7 novembre 2020

LA LUCE DELLA VEGLIA

XXXIIma Domenica T.O. (Anno A)

la sapienza…chi si alza di buon mattino per cercarla non si affaticherà

A volte succede di non stare molto bene, perciò non si riesce di prendere sonno, oppure sebbene nella stanchezza, il corpo (o la mente) rifiuta di lasciarsi andare al sonno. Si decide, allora, di approfittarne per fare veglia, cominciando con la recita silenziosa del rosario, le preghiere della sera, compieta e, se si superano le quattro del mattino, le lodi. Ci si porta avanti, insomma. Ognuno utilizza una sua metodologia, lontana anni luce, ovviamente, dalle veglie oranti dei monaci e delle monache. Però, una cosa, mi sembra, accomuna tutte queste situazioni ed è quella della necessità di tenere accesa una lucina, piccola, fievole, ma sufficiente per rompere il buio, che non è solo quello della nostra anima. Abbiamo bisogno di guardarci attorno, abbiamo bisogno di attesa, di qualcosa che stimoli la nostra attenzione, quasi per essere pronti come quelle vergini che aspettavano lo sposo: “…a mezzanotte si alzò un grido: “Ecco lo sposo! Andategli incontro!” (dal Vangelo secondo Matteo).

Ecco il significato dell’attesa, ecco il senso di quella lucina. Non perdere la speranza, anche nelle difficoltà di salute o altro, di poter incontrare colui che trasforma tutto in bello, che ci ricorda che la vita di un cristiano è un Avvento continuo. Ce ne dimentichiamo, infatti, abbastanza spesso. Siamo di fretta, siamo schiacciati fra gli impegni del lavoro o della famiglia e lasciamo che altri decidano del nostro stato, della nostra condizione, dei nostri obblighi, dei nostri doveri e diritti.

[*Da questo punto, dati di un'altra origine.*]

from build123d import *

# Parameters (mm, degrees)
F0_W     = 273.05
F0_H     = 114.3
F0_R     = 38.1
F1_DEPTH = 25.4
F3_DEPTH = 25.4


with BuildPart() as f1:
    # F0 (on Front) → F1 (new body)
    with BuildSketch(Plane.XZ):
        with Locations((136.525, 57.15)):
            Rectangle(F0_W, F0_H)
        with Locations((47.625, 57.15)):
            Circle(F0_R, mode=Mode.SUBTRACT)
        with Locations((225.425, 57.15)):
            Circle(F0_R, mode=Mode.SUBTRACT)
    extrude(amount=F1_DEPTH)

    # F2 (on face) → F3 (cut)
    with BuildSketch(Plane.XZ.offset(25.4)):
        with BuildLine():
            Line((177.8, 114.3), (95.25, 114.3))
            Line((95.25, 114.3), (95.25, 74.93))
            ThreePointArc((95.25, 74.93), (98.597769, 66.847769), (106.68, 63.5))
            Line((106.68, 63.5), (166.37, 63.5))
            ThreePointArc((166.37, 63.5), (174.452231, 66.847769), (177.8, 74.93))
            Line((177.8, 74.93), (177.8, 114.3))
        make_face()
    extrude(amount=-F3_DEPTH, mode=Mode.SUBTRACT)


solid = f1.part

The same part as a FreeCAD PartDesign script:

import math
import FreeCAD as App
import Part
import Sketcher
Q = App.Units.Quantity

doc = App.newDocument("Part")
params = doc.addObject("Spreadsheet::Sheet", "Params")
for row, (alias, value) in enumerate([
    ("sketch1_diameter", "3 in"),
    ("sketch1_height", "4.5 in"),
    ("sketch1_width", "10.75 in"),
    ("pad1_length", "1 in"),
    ("sketch2_radius", "0.4499999 in"),
    ("sketch2_width", "3.25 in"),
    ("pocket1_length", "1 in"),
], start=1):
    params.set(f"A{row}", alias)
    params.set(f"B{row}", "=" + value)
    params.setAlias(f"B{row}", alias)

body = doc.addObject("PartDesign::Body", "Body")

sketch1 = doc.addObject("Sketcher::SketchObject", "Sketch")
body.addObject(sketch1)
sketch1.AttachmentSupport = (doc.XZ_Plane, [""])
sketch1.MapMode = "FlatFace"
sketch1.addGeometry([
    Part.LineSegment(App.Vector(0, 114.3, 0), App.Vector(0, 0, 0)),
    Part.LineSegment(App.Vector(0, 0, 0), App.Vector(273.05, 0, 0)),
    Part.LineSegment(App.Vector(273.05, 0, 0), App.Vector(273.05, 114.3, 0)),
    Part.LineSegment(App.Vector(273.05, 114.3, 0), App.Vector(0, 114.3, 0)),
    Part.Circle(App.Vector(47.625, 57.15, 0), App.Vector(0, 0, 1), 38.1),
    Part.Circle(App.Vector(225.425, 57.15, 0), App.Vector(0, 0, 1), 38.1),
], False)
sketch1.addConstraint([
    Sketcher.Constraint("Coincident", 0, 2, 1, 1),
    Sketcher.Constraint("Coincident", 1, 2, 2, 1),
    Sketcher.Constraint("Coincident", 2, 2, 3, 1),
    Sketcher.Constraint("Coincident", 3, 2, 0, 1),
    Sketcher.Constraint("Vertical", 0),
    Sketcher.Constraint("Horizontal", 1),
    Sketcher.Constraint("Vertical", 2),
    Sketcher.Constraint("Horizontal", 3),
    Sketcher.Constraint("Coincident", 0, 2, -1, 1),
    Sketcher.Constraint("Equal", 4, 5),
    Sketcher.Constraint("Horizontal", 4, 3, 5, 3),
    Sketcher.Constraint("Diameter", 4, Q("3 in")),
    Sketcher.Constraint("DistanceY", 0, 2, 0, 1, Q("4.5 in")),
    Sketcher.Constraint("DistanceX", 4, 3, 5, 3, Q("7 in")),
    Sketcher.Constraint("DistanceX", 1, 1, 1, 2, Q("10.75 in")),
    Sketcher.Constraint("DistanceY", -1, 1, 4, 3, Q("2.25 in")),
    Sketcher.Constraint("DistanceX", -1, 1, 4, 3, Q("1.875 in")),
])
sketch1.setExpression("Constraints[11]", "Params.sketch1_diameter")
sketch1.setExpression("Constraints[12]", "Params.sketch1_height")
sketch1.setExpression("Constraints[14]", "Params.sketch1_width")
pad1 = doc.addObject("PartDesign::Pad", "Pad")
body.addObject(pad1)
pad1.Profile = sketch1
pad1.setExpression("Length", "Params.pad1_length")

sketch2 = doc.addObject("Sketcher::SketchObject", "Sketch001")
body.addObject(sketch2)
sketch2.AttachmentSupport = (doc.XZ_Plane, [""])
sketch2.MapMode = "FlatFace"
sketch2.AttachmentOffset = App.Placement(App.Vector(0, 0, 1 * 25.4), App.Rotation())
sketch2.addGeometry([
    Part.LineSegment(App.Vector(177.8, 114.3, 0), App.Vector(95.25, 114.3, 0)),
    Part.LineSegment(App.Vector(95.25, 114.3, 0), App.Vector(95.25, 74.93, 0)),
    Part.ArcOfCircle(Part.Circle(App.Vector(106.679998, 74.929998, 0), App.Vector(0, 0, 1), 11.429998), math.radians(179.999992), math.radians(270.000008)),
    Part.LineSegment(App.Vector(106.68, 63.5, 0), App.Vector(166.37, 63.5, 0)),
    Part.ArcOfCircle(Part.Circle(App.Vector(166.370002, 74.929998, 0), App.Vector(0, 0, 1), 11.429998), math.radians(-90.000008), math.radians(0.000008)),
    Part.LineSegment(App.Vector(177.8, 74.93, 0), App.Vector(177.8, 114.3, 0)),
], False)
sketch2.addConstraint([
    Sketcher.Constraint("Coincident", 0, 2, 1, 1),
    Sketcher.Constraint("Tangent", 1, 2, 2, 1),
    Sketcher.Constraint("Tangent", 2, 2, 3, 1),
    Sketcher.Constraint("Tangent", 3, 2, 4, 1),
    Sketcher.Constraint("Tangent", 4, 2, 5, 1),
    Sketcher.Constraint("Coincident", 5, 2, 0, 1),
    Sketcher.Constraint("Horizontal", 0),
    Sketcher.Constraint("Vertical", 1),
    Sketcher.Constraint("Horizontal", 3),
    Sketcher.Constraint("Vertical", 5),
    Sketcher.Constraint("Equal", 2, 4),
    Sketcher.Constraint("Radius", 2, Q("0.4499999 in")),
    Sketcher.Constraint("DistanceX", -1, 1, 4, 2, Q("7 in")),
    Sketcher.Constraint("DistanceY", 2, 2, 0, 2, Q("2 in")),
    Sketcher.Constraint("DistanceX", 0, 2, 0, 1, Q("3.25 in")),
    Sketcher.Constraint("DistanceY", -1, 1, 0, 2, Q("4.5 in")),
])
sketch2.setExpression("Constraints[11]", "Params.sketch2_radius")
sketch2.setExpression("Constraints[14]", "Params.sketch2_width")
pocket1 = doc.addObject("PartDesign::Pocket", "Pocket")
body.addObject(pocket1)
pocket1.Profile = sketch2
pocket1.setExpression("Length", "Params.pocket1_length")

doc.recompute()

E’ quello che sta succedendo in questi giorni, in questo assurdo 2020. Si continua nell’affannoso tentativo di mantenere il tenore di vita degno cui i sacrifici e le fatiche nostre e dei nostri genitori ci hanno portato, ma tutto viene vanificato da una paura ed un terrore che ci viene inoculato senza che ce ne accorgiamo. Abbiamo perciò bisogno di:
“…la sapienza…chi si alza di buon mattino per cercarla non si affaticherà, la troverà seduta alla sua porta.” (dal Libro della Sapienza).
Dobbiamo riscoprire questa parola che ci conforta e ci consola, anche perché è alla nostra portata, è quello sposo che ci viene incontro, di cui parla il Vangelo. In quella “Sapienza”, infatti è da intendersi la “Verità” divina che si presenta nella persona di Gesù Cristo. La vita, allora, si trasforma, San Giovanni Bosco diceva che il demonio ha paura della gente allegra. Ed aggiunge che il Signore ai grandi bisogni manda grandi aiuti. D’altronde quando al mattino ci apprestiamo al nuovo giorno ed alla soglia della porta incontriamo una persona che è l’Amore, troviamo appunto quella sapienza che ci spinge a qualcosa di radicalmente nuovo perché scopriamo che:
“…ha sete di te l’anima mia, desidera te la mia carne, in terra arida, assetata, senz’acqua.” (dal Salmo 62). Nel deserto di valori, nell’aridità di cuori che disumanamente si dimenticano dei propri figli, utilizzando l’atroce aborto per rifiutarli, trovare pozze d’acqua è sempre più difficile, quasi come dei miraggi. Per questo è già un’oasi questo momento domenicale in cui, non solo metaforicamente, incontriamo la “Verità” che è Gesù Eucaristia. Per questo possiamo ben comprendere la lettera che invia San Paolo ai cristiani di Tessalonica quando li riassicura sulla resurrezione dei morti perché, aggiungo io, la Resurrezione di Cristo è la nostra garanzia. Perciò:
“…confortatevi dunque a vicenda con queste parole” (dalla prima Lettera di San Paolo ai Tessalonicesi).
Ma, soprattutto, non lasciamo che nelle nostre veglie (forzate o volute) la lucina della nostra stanza venga meno per aver dimenticato di alimentarla con la Parola del Signore.